Task requirements => Return exactly the listing's lines, from its first line to the line holding "v 17.5 -1.978 20.298", ends included.

========================================================================

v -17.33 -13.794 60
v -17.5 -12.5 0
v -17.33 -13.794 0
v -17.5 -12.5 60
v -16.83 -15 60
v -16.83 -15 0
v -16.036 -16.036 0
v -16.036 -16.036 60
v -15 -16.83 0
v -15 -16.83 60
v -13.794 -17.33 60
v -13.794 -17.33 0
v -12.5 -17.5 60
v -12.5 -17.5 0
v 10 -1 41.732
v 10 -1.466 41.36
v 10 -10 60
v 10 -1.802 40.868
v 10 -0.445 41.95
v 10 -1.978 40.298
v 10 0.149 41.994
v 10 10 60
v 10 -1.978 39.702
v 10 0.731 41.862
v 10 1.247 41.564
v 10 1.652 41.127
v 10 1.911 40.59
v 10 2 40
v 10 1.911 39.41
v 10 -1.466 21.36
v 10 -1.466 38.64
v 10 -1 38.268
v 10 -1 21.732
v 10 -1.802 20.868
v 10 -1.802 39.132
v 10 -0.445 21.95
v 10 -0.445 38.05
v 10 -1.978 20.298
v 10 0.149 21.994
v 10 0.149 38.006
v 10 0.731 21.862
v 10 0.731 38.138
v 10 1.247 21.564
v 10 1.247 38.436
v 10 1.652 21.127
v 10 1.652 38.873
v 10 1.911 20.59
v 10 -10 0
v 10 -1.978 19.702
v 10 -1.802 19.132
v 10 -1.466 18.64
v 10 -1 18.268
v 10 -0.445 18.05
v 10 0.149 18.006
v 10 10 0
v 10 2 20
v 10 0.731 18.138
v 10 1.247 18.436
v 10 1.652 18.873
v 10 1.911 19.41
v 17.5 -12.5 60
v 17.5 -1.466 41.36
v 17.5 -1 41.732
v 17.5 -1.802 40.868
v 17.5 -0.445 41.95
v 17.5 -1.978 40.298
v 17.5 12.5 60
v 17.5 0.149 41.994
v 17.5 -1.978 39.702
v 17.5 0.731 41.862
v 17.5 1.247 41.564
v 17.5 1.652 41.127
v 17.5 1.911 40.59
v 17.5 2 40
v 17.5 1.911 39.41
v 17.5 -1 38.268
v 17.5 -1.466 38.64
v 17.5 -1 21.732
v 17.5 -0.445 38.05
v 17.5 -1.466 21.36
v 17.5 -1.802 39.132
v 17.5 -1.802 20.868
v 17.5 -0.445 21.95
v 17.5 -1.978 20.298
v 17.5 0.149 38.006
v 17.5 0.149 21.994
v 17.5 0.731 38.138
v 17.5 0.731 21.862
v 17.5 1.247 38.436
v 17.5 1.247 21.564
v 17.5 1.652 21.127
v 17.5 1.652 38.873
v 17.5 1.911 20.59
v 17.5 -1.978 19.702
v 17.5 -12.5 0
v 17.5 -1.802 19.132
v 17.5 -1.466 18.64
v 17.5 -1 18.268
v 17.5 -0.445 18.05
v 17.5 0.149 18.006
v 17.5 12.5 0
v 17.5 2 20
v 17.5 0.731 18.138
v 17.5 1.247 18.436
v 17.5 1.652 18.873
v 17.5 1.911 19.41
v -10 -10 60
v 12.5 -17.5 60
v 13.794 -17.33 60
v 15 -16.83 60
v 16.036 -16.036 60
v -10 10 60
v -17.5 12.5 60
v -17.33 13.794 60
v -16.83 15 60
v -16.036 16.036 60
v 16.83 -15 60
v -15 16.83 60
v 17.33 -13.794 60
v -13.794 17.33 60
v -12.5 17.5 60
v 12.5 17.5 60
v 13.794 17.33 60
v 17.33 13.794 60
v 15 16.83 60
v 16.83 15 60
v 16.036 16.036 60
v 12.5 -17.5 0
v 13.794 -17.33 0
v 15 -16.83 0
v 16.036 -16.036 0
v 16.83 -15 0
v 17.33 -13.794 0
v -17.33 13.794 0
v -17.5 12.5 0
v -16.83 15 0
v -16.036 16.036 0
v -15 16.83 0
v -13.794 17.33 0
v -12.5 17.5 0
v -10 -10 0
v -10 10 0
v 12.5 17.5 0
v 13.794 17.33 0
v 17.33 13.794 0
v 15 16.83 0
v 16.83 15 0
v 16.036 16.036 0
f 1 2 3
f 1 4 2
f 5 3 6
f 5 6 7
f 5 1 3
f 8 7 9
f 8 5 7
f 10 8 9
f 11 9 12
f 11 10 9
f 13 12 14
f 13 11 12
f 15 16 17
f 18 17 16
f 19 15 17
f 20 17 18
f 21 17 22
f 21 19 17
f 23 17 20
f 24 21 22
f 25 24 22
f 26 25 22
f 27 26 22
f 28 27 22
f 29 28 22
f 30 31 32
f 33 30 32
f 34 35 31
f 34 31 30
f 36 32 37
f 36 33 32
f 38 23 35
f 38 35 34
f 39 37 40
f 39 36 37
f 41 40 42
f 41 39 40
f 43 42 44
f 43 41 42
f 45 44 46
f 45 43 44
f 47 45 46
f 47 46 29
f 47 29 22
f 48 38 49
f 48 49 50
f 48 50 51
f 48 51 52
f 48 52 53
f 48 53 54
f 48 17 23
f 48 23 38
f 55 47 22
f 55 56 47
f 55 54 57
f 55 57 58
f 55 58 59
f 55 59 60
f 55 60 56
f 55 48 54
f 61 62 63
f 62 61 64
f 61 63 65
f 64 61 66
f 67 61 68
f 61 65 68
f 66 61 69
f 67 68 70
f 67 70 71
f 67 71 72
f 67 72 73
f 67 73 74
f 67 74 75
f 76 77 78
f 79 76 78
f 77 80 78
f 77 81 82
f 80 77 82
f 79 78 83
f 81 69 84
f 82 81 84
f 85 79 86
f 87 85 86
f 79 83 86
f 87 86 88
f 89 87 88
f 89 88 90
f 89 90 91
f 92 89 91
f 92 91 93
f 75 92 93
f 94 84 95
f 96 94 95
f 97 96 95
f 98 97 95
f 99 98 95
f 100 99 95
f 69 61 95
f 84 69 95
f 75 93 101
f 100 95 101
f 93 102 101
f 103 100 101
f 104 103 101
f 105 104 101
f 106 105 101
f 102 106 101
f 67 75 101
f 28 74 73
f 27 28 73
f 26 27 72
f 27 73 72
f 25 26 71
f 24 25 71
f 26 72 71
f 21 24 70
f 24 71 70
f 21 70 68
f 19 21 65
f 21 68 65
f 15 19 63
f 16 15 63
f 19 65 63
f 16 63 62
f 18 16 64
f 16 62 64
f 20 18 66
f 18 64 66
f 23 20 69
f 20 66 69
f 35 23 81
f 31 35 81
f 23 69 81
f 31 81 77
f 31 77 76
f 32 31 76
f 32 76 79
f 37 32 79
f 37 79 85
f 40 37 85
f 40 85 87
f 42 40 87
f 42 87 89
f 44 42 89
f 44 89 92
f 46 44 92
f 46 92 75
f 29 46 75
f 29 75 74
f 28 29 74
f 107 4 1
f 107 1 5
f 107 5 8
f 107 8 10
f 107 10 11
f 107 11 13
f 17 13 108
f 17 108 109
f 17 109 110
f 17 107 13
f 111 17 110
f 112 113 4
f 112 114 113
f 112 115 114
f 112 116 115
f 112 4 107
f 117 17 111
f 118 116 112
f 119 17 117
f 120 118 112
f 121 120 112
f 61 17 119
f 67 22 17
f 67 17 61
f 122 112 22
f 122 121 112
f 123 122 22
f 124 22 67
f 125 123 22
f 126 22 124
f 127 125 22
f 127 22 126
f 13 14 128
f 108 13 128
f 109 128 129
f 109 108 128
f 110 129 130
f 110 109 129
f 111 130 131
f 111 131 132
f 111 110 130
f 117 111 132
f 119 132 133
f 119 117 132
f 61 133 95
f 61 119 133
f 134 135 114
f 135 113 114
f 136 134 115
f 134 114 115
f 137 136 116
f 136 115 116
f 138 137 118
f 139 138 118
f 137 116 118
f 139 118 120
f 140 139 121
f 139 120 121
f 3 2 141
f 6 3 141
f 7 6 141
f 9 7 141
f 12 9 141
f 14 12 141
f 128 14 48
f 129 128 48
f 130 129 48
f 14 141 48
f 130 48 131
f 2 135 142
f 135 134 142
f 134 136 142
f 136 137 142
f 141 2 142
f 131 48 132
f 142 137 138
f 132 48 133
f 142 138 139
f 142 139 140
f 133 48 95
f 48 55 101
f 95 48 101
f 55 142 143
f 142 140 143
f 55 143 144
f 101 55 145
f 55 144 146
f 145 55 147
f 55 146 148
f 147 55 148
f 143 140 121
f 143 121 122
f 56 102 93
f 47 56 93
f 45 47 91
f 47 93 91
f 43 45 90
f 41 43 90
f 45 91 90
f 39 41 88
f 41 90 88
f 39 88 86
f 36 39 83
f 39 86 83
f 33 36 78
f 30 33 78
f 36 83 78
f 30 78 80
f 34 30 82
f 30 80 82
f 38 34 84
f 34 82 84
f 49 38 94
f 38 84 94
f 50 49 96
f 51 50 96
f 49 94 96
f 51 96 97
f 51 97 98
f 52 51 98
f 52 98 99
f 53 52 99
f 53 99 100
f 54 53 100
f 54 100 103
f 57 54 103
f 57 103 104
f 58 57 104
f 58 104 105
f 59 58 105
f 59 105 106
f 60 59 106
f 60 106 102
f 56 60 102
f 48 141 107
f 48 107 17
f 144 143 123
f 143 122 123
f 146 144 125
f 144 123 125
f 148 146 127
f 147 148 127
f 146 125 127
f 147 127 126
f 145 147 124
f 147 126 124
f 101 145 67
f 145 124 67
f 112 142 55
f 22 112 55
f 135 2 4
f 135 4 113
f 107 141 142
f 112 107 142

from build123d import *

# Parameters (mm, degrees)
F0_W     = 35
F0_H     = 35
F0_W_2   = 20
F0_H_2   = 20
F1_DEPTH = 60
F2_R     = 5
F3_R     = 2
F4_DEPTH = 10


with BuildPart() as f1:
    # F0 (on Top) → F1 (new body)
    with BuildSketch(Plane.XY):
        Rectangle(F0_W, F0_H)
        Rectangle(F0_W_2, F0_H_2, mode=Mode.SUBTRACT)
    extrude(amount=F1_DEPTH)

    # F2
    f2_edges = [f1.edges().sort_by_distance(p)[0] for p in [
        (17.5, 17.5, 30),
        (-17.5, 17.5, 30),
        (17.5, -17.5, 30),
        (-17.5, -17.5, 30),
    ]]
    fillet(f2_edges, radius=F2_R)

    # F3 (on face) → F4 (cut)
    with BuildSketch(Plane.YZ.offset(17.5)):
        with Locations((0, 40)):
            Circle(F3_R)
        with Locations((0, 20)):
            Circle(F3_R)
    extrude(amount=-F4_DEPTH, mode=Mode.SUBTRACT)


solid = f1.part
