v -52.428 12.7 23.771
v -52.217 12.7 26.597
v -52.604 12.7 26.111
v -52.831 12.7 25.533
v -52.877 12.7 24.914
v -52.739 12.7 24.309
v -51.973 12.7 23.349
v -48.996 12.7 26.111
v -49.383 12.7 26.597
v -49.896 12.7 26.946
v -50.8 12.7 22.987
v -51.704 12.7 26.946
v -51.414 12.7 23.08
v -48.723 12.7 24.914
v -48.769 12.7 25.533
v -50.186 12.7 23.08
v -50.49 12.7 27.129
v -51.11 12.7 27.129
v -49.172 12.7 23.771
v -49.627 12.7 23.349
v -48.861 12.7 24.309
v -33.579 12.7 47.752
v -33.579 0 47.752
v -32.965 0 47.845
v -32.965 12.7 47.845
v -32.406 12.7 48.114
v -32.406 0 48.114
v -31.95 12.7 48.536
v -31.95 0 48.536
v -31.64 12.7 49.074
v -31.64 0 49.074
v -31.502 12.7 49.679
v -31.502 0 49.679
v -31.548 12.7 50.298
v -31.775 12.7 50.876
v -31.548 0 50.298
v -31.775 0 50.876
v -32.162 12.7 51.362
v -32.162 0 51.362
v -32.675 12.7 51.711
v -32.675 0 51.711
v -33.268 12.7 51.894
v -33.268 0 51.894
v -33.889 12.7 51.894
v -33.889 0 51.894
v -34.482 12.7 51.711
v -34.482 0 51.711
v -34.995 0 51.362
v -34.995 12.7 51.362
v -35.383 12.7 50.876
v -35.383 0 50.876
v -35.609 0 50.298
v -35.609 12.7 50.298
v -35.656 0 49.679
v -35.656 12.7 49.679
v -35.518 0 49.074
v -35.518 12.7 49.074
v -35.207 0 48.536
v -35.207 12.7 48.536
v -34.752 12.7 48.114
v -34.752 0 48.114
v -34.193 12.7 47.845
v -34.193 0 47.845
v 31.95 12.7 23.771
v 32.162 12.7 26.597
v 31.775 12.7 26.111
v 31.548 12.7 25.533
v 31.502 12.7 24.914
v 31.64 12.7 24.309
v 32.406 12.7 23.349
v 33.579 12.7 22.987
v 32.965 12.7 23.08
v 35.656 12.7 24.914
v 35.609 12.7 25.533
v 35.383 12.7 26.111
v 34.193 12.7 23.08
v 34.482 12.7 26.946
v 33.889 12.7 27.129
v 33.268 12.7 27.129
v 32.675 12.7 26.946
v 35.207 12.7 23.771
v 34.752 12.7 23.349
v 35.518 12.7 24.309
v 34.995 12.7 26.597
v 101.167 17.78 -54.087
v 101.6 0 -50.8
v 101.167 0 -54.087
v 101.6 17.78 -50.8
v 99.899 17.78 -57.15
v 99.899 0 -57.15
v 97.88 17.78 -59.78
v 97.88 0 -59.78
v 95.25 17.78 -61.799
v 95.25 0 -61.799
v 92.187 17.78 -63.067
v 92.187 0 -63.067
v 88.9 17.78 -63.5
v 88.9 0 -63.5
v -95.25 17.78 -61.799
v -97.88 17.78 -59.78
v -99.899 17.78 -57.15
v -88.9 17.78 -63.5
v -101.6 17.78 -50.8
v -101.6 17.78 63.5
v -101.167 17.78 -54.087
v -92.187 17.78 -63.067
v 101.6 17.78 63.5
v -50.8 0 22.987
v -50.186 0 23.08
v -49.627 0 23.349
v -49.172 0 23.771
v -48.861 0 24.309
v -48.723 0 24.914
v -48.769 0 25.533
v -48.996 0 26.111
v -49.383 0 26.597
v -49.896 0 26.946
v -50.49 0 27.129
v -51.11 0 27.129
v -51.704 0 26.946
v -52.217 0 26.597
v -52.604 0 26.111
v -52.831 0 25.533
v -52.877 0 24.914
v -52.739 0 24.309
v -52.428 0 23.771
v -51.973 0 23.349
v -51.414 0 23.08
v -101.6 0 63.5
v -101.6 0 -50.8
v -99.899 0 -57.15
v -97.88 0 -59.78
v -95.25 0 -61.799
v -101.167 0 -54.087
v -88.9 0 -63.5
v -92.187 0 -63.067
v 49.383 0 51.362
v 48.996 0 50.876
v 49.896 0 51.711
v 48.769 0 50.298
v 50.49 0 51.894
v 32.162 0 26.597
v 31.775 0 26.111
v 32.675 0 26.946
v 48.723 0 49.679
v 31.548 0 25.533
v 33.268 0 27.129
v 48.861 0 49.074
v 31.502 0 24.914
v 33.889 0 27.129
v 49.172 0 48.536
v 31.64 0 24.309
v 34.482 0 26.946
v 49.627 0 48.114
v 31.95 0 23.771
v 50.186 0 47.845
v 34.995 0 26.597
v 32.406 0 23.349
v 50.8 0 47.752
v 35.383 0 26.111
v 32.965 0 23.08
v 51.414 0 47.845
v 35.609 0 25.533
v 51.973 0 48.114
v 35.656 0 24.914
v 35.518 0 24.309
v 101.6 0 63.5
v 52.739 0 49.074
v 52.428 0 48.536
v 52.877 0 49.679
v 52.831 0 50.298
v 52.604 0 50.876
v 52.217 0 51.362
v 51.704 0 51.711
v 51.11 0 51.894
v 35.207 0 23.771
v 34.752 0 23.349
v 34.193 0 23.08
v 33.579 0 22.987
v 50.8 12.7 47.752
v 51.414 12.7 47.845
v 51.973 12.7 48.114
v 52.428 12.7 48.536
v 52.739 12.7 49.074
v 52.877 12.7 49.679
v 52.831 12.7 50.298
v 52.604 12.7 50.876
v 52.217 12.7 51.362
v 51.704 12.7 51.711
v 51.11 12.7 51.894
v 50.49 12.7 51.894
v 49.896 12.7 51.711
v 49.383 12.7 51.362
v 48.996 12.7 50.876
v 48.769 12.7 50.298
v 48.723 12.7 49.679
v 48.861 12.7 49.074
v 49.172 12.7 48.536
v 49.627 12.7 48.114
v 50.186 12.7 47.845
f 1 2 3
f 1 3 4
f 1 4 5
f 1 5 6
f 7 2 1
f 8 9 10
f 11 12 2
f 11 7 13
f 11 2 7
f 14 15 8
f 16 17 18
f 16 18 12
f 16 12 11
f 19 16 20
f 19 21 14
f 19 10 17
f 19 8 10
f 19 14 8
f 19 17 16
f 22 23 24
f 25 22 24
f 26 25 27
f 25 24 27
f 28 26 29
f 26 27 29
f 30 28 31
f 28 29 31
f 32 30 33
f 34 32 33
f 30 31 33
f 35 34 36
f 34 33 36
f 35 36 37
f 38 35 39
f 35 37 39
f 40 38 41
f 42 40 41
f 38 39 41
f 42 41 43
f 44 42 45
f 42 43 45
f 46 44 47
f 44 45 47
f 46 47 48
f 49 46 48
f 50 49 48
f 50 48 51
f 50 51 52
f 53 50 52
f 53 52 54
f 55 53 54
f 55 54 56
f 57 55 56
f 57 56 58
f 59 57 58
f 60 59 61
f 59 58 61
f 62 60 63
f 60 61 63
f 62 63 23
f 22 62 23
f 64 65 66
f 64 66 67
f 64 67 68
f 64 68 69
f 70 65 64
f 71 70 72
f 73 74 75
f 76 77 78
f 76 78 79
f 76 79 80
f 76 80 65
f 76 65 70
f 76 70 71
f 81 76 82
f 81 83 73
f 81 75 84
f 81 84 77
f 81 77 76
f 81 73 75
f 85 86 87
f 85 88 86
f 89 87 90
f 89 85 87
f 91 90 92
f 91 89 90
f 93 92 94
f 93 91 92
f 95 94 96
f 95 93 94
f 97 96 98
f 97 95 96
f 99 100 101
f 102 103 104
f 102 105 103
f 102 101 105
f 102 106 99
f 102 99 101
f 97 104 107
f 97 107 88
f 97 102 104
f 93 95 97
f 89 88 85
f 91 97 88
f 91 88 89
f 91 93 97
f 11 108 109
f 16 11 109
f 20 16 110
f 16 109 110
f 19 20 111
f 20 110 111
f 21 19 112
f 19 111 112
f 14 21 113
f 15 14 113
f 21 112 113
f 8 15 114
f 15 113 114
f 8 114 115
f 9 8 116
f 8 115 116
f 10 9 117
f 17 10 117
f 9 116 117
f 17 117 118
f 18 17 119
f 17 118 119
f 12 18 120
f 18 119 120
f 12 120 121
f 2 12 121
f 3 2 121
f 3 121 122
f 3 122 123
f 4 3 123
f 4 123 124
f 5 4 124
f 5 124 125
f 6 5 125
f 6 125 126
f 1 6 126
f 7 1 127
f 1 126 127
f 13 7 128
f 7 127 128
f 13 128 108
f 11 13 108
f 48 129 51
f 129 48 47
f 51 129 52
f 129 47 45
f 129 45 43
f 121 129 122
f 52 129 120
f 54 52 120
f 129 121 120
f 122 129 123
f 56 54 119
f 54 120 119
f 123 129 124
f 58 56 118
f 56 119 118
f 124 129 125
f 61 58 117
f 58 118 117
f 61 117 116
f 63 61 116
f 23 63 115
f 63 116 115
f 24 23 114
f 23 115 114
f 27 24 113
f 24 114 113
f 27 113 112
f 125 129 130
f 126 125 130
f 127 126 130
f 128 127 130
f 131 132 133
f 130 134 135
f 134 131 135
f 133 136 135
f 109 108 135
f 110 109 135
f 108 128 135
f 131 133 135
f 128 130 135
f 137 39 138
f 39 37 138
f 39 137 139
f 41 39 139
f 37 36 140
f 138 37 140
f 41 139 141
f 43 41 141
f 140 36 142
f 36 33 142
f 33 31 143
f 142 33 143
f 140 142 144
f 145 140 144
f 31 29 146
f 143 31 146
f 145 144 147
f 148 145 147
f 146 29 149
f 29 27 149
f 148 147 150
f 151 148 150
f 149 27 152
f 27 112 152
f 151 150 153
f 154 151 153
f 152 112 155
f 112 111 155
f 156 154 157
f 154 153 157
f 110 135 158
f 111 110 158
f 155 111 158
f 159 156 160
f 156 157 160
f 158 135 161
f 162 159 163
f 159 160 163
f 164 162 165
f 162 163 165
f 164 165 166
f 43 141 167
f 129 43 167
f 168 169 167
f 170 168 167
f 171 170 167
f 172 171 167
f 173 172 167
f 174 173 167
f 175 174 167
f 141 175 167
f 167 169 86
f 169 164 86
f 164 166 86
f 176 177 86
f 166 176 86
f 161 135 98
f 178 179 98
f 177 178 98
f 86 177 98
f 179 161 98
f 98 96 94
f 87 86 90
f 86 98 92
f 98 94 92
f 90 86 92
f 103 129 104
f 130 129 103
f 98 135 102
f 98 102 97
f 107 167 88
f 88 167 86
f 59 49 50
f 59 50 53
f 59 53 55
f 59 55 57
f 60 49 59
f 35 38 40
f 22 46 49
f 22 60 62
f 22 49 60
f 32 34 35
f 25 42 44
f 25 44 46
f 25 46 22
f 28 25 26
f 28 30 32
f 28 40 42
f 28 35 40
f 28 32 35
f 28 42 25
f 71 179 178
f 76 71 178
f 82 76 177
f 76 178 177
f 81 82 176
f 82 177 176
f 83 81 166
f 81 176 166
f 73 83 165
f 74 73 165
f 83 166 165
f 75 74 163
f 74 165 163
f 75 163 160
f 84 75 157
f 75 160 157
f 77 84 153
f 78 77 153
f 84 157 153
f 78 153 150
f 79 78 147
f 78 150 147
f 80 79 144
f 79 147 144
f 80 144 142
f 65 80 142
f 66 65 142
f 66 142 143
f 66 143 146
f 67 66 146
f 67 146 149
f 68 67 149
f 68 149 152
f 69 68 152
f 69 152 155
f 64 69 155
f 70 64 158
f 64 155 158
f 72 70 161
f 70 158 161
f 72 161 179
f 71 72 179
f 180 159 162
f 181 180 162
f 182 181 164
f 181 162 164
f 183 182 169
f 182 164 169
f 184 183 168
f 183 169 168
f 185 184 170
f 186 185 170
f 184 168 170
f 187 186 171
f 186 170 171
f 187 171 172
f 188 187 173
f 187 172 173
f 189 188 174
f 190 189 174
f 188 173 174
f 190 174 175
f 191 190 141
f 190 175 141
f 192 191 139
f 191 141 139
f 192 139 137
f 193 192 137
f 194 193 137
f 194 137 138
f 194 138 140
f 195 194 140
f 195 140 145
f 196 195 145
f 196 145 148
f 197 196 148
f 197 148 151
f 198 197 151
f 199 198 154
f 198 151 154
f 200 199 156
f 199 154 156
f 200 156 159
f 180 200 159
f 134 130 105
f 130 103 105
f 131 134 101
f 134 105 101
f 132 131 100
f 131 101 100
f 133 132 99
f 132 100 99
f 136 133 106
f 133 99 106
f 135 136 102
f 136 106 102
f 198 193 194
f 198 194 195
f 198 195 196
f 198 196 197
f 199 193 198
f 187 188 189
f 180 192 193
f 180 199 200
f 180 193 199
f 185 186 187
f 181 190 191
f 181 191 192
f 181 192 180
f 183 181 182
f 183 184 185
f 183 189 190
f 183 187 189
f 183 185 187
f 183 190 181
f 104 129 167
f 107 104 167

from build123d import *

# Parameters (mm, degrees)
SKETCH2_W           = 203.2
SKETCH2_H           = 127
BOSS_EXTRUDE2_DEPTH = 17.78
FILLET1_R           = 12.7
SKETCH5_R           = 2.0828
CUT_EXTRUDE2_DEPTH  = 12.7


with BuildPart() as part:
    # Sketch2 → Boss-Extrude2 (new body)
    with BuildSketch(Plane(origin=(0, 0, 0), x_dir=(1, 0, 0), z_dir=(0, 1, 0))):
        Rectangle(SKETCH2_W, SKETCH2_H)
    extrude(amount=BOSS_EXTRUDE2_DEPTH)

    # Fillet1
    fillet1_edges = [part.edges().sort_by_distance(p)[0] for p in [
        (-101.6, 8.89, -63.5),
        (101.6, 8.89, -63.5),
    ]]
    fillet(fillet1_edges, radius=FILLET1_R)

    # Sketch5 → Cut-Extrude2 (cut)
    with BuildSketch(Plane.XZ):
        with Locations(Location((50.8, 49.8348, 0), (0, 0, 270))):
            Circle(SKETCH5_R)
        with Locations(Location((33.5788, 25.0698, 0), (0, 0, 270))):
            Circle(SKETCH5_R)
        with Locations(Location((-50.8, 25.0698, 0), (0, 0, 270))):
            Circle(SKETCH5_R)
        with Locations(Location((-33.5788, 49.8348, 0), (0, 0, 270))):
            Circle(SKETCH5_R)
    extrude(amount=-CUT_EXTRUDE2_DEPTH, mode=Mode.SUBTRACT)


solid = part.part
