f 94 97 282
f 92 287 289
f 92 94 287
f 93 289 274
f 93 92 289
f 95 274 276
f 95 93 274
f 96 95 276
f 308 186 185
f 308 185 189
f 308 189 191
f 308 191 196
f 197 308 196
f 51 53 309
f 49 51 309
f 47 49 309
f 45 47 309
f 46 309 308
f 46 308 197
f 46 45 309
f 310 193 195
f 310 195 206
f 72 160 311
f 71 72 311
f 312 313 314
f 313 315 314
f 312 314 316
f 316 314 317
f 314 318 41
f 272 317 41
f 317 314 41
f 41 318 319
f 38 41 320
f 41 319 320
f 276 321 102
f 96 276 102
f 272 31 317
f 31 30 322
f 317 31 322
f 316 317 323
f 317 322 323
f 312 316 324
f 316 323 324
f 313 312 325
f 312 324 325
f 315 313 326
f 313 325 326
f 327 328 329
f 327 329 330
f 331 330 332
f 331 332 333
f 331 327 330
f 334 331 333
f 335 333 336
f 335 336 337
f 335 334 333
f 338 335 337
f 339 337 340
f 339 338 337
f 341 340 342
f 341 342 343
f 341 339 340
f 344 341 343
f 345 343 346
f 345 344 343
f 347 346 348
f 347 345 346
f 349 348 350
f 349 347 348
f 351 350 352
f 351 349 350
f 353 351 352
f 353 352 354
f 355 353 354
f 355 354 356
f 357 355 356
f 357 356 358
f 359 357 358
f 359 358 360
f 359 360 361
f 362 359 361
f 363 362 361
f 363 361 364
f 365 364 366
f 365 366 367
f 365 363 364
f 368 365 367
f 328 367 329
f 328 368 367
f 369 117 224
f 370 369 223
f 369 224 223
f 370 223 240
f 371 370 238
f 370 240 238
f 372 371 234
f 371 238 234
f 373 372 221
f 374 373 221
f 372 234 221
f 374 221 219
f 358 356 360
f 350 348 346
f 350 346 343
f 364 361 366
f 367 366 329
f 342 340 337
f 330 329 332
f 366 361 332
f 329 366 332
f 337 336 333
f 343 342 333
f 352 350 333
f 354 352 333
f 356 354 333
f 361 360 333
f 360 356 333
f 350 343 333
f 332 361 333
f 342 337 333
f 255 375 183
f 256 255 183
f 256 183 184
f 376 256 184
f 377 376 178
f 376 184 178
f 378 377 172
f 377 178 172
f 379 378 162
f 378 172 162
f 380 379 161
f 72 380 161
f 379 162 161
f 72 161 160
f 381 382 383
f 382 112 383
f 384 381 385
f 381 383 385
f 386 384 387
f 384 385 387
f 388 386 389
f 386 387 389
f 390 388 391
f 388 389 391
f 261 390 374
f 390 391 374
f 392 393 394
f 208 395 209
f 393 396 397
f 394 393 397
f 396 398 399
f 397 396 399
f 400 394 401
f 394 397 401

========================================================================

Reply =>
v -17.33 -13.794 60
v -17.5 -12.5 0
v -17.33 -13.794 0
v -17.5 -12.5 60
v -16.83 -15 60
v -16.83 -15 0
v -16.036 -16.036 0
v -16.036 -16.036 60
v -15 -16.83 0
v -15 -16.83 60
v -13.794 -17.33 60
v -13.794 -17.33 0
v -12.5 -17.5 60
v -12.5 -17.5 0
v 10 -1 41.732
v 10 -1.466 41.36
v 10 -10 60
v 10 -1.802 40.868
v 10 -0.445 41.95
v 10 -1.978 40.298
v 10 0.149 41.994
v 10 10 60
v 10 -1.978 39.702
v 10 0.731 41.862
v 10 1.247 41.564
v 10 1.652 41.127
v 10 1.911 40.59
v 10 2 40
v 10 1.911 39.41
v 10 -1.466 21.36
v 10 -1.466 38.64
v 10 -1 38.268
v 10 -1 21.732
v 10 -1.802 20.868
v 10 -1.802 39.132
v 10 -0.445 21.95
v 10 -0.445 38.05
v 10 -1.978 20.298
v 10 0.149 21.994
v 10 0.149 38.006
v 10 0.731 21.862
v 10 0.731 38.138
v 10 1.247 21.564
v 10 1.247 38.436
v 10 1.652 21.127
v 10 1.652 38.873
v 10 1.911 20.59
v 10 -10 0
v 10 -1.978 19.702
v 10 -1.802 19.132
v 10 -1.466 18.64
v 10 -1 18.268
v 10 -0.445 18.05
v 10 0.149 18.006
v 10 10 0
v 10 2 20
v 10 0.731 18.138
v 10 1.247 18.436
v 10 1.652 18.873
v 10 1.911 19.41
v 17.5 -12.5 60
v 17.5 -1.466 41.36
v 17.5 -1 41.732
v 17.5 -1.802 40.868
v 17.5 -0.445 41.95
v 17.5 -1.978 40.298
v 17.5 12.5 60
v 17.5 0.149 41.994
v 17.5 -1.978 39.702
v 17.5 0.731 41.862
v 17.5 1.247 41.564
v 17.5 1.652 41.127
v 17.5 1.911 40.59
v 17.5 2 40
v 17.5 1.911 39.41
v 17.5 -1 38.268
v 17.5 -1.466 38.64
v 17.5 -1 21.732
v 17.5 -0.445 38.05
v 17.5 -1.466 21.36
v 17.5 -1.802 39.132
v 17.5 -1.802 20.868
v 17.5 -0.445 21.95
v 17.5 -1.978 20.298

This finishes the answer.